The biggest scandal to rock world football erupted last Wednesday when seven FIFA officials were arrested in their Zurich hotel as part of the US probe. They and seven others were charged for racketeering, wire fraud and money laundering conspiracies that ran from 1991 to present day, and accused of taking or conspiring to solicit for $150 million in bribes.
I still say we did not pay $10mil ,Your inference of what Dr Jordaan said Its like mixing oil with water #wedidnotbribe
— RSA Min of Sport (@MbalulaFikile) May 31, 2015
An example cited in US papers was the 2004 selection process for the 2010 World Cup, with investigators claiming that South African officials paid $10m to former FIFA vice president Jack Warner – one of the 14 indicted – to secure the bid.
“I haven’t paid a bribe or taken a bribe from anybody in my life.
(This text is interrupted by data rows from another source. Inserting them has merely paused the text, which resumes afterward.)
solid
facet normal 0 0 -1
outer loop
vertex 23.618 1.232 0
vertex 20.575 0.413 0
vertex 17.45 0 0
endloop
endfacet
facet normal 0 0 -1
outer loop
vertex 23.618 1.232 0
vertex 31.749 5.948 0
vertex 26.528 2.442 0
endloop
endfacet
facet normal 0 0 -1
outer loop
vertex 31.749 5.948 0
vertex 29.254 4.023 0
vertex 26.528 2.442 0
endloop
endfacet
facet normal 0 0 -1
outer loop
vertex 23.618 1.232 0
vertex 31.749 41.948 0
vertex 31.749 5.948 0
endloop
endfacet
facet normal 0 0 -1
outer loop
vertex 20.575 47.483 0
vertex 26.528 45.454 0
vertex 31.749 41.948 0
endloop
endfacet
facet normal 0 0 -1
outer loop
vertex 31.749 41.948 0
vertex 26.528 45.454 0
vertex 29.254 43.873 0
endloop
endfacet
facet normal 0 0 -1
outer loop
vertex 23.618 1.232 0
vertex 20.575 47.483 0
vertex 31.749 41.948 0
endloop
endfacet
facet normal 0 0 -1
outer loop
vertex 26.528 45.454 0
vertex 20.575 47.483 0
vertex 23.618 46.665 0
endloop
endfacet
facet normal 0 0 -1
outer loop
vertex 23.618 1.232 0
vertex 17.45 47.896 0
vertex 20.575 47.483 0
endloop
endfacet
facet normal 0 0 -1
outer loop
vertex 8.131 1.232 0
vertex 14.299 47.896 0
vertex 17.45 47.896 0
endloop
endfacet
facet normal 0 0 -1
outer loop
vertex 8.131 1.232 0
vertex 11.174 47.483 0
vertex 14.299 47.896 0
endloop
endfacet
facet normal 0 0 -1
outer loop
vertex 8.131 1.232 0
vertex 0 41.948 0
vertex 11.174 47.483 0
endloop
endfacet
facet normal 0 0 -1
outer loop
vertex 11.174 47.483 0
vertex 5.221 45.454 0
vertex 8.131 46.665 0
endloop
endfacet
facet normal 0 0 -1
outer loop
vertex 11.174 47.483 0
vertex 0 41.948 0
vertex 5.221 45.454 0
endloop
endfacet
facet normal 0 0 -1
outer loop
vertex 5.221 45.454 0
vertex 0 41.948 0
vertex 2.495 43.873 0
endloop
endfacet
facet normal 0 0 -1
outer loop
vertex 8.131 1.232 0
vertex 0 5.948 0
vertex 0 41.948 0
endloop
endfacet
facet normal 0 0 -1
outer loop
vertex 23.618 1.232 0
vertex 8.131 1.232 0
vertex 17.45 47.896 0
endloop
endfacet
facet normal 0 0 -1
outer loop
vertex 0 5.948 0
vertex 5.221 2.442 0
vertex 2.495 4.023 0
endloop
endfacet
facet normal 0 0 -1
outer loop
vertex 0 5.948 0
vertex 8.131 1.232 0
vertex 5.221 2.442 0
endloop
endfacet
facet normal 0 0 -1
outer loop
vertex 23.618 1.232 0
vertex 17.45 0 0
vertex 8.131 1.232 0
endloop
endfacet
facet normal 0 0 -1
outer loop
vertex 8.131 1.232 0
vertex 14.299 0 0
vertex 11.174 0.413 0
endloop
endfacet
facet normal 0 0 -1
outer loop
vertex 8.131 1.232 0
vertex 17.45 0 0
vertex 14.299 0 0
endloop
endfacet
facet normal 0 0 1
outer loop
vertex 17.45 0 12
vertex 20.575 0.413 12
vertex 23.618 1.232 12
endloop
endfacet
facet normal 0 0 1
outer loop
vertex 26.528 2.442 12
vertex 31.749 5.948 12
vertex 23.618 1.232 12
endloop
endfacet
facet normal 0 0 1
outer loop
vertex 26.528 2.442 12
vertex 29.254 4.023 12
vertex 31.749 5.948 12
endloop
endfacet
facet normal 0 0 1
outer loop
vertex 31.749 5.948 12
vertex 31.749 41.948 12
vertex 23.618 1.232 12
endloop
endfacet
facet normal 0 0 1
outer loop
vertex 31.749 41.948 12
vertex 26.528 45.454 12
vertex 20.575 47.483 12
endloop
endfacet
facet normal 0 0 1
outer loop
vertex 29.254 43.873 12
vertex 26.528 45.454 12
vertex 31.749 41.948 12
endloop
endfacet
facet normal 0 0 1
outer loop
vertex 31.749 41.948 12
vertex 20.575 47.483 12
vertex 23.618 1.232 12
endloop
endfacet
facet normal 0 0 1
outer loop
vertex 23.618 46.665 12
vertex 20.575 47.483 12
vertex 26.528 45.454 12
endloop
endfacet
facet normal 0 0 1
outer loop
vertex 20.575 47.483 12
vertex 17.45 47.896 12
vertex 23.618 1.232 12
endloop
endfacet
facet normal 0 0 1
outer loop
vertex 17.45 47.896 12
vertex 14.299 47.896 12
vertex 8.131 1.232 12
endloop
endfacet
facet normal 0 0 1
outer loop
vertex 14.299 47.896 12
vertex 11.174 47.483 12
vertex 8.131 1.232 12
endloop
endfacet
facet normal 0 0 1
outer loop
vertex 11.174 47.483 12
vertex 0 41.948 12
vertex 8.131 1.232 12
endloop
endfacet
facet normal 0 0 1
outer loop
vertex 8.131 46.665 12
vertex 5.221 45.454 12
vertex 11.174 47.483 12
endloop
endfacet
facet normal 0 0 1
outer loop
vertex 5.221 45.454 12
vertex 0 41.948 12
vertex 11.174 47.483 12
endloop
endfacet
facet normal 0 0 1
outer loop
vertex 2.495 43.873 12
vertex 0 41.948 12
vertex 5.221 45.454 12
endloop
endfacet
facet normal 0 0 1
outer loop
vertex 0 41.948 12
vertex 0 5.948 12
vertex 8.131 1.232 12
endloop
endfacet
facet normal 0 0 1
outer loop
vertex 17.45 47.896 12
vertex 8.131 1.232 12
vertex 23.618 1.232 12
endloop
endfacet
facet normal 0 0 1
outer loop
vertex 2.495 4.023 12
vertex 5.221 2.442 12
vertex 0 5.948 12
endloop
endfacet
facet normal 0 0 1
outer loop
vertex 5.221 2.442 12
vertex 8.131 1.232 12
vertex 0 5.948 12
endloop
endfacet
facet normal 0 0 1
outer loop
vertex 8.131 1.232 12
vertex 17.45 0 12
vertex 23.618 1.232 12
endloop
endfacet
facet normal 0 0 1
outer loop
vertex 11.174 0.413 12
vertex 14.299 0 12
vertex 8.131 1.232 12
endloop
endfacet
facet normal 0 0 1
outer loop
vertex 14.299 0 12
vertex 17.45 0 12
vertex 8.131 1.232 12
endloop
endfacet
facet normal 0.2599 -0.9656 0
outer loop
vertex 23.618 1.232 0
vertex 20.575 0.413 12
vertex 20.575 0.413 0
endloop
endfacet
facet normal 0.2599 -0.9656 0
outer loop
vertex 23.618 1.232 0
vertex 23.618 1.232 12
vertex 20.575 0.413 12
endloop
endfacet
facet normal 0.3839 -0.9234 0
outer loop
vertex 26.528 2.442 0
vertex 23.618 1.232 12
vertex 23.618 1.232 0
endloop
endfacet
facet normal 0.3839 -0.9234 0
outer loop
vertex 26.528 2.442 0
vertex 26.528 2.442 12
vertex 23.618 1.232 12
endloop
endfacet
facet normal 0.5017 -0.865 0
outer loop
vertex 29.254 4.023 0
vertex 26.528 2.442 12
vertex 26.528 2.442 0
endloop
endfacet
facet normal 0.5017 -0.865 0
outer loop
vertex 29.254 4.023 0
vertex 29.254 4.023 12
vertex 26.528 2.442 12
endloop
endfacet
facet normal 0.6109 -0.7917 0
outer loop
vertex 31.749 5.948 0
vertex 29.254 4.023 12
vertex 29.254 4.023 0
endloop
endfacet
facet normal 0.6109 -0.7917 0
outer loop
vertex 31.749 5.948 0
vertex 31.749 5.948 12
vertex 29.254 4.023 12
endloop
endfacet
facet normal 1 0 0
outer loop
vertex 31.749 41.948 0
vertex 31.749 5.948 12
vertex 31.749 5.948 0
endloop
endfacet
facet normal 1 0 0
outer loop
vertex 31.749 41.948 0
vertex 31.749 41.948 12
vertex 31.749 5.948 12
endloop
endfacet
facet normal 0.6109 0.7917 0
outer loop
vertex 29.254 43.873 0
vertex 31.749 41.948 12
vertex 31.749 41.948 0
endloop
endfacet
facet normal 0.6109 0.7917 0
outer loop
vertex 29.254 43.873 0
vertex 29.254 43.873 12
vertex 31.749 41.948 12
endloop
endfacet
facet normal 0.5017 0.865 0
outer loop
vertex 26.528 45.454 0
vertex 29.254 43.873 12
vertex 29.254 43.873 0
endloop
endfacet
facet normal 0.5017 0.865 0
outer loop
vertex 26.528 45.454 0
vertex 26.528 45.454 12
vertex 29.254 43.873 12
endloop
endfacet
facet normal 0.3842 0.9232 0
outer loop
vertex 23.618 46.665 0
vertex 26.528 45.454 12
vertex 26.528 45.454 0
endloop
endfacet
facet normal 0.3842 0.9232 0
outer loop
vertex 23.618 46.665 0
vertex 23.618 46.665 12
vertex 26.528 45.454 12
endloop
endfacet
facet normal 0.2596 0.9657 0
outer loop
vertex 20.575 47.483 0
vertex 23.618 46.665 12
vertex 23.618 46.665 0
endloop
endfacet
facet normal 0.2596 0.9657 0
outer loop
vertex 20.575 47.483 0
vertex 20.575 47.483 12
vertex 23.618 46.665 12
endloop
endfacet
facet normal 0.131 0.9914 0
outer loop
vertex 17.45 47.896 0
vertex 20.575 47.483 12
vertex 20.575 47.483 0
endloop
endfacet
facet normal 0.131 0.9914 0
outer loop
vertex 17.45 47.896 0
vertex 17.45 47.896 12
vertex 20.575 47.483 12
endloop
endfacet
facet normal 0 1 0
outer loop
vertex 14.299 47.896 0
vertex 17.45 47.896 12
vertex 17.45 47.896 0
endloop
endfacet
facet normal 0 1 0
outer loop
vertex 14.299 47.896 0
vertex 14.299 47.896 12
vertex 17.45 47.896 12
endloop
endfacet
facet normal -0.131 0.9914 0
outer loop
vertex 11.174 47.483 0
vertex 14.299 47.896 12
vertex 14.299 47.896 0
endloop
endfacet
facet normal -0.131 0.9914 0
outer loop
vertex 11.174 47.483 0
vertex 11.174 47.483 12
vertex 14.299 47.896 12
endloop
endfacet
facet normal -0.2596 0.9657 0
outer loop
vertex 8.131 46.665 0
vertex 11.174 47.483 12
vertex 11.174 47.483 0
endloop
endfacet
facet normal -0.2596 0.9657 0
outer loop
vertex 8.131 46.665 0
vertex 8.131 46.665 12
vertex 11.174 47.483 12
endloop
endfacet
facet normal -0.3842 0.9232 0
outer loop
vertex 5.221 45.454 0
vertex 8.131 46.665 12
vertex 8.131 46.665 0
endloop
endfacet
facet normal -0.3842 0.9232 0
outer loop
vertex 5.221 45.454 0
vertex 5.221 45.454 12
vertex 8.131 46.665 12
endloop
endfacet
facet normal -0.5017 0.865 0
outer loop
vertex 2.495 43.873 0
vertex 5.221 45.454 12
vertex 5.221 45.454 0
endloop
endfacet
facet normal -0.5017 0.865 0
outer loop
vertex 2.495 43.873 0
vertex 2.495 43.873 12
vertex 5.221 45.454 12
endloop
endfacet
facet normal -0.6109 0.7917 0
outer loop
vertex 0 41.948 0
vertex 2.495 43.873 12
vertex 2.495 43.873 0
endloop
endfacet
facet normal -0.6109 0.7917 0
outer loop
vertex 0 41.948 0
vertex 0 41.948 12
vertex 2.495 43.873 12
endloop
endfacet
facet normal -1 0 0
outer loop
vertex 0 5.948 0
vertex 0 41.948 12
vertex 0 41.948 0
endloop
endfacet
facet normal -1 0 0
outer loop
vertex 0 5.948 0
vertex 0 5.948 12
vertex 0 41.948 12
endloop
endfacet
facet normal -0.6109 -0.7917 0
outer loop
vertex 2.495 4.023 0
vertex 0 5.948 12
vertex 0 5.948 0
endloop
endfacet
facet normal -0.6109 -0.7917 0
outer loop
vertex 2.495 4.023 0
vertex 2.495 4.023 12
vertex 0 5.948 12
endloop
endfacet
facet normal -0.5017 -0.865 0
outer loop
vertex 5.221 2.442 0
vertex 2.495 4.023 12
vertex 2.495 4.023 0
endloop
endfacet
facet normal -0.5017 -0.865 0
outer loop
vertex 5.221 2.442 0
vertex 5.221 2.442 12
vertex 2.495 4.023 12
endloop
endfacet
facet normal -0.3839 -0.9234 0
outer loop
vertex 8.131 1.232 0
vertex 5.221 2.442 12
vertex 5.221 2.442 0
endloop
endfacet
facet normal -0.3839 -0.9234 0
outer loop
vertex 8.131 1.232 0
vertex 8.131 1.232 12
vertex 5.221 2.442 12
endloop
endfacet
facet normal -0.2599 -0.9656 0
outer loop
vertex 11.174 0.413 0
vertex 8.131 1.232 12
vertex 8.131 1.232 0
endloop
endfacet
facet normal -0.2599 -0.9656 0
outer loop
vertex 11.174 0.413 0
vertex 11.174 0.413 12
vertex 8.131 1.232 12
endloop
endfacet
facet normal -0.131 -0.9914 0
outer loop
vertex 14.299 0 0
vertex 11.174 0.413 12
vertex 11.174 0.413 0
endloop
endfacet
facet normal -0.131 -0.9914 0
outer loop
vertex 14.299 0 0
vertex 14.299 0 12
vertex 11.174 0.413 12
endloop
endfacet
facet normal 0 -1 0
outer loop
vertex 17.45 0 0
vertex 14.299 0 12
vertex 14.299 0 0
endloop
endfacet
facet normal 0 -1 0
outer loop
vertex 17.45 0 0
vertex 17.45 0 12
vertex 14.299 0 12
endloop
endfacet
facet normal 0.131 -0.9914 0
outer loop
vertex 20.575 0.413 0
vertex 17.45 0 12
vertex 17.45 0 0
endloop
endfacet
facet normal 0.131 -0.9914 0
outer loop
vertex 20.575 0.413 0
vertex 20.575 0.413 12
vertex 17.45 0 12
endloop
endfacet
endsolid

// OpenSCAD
$fn = 32;

// ----------------------------------------------------------------------
// Eccentric disc: double_d, 12 mm thick
// ----------------------------------------------------------------------

// --- parameters (mm) ---
profile_height = 12;      // extrusion height
profile_points = 24;      // points of the closed outline

profile = [[31.749, 41.948], [29.254, 43.873], [26.528, 45.454], [23.618, 46.665], [20.575, 47.483], [17.45, 47.896], [14.299, 47.896], [11.174, 47.483], [8.131, 46.665], [5.221, 45.454], [2.495, 43.873], [0, 41.948], [0, 5.948], [2.495, 4.023], [5.221, 2.442], [8.131, 1.232], [11.174, 0.413], [14.299, 0], [17.45, 0], [20.575, 0.413], [23.618, 1.232], [26.528, 2.442], [29.254, 4.023], [31.749, 5.948]];  // single closed polygon, 24 points, counter clockwise

// --- the one profile operation ---
linear_extrude(height = profile_height) polygon(points = profile);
We don’t know who is mentioned there (in the indictment),” Jordaan told the Sunday Independent.
“How could we have paid a bribe for votes four years after we had won the bid?”, adding the payment was South Africa’s contribution towards CONCACAF’s football development fund. Warner was then also president of CONCACAF.
Warner, meanwhile, embarrassed himself yesterday when he launched an online tirade at American authorities for his arrest, even citing a spoof news story as ‘proof’ of a conspiracy against him.
During an eight-minute video posted on his Facebook page, Warner claimed the recent FBI investigation was only launched after the United States failed to secure hosting rights for the 2022 World Cup.
However, part of Warner’s claims featured him brandishing a printout of a story from satirical website, The Onion, which said FIFA had brought the World Cup forward to host it in America this summer.
In a barely coherent address, Warner said: “Then I look to see that FIFA has frantically announced, 2015, this year… the World Cup, beginning May 27. If FIFA is so bad, why is it that the USA wants to keep the FIFA World Cup?”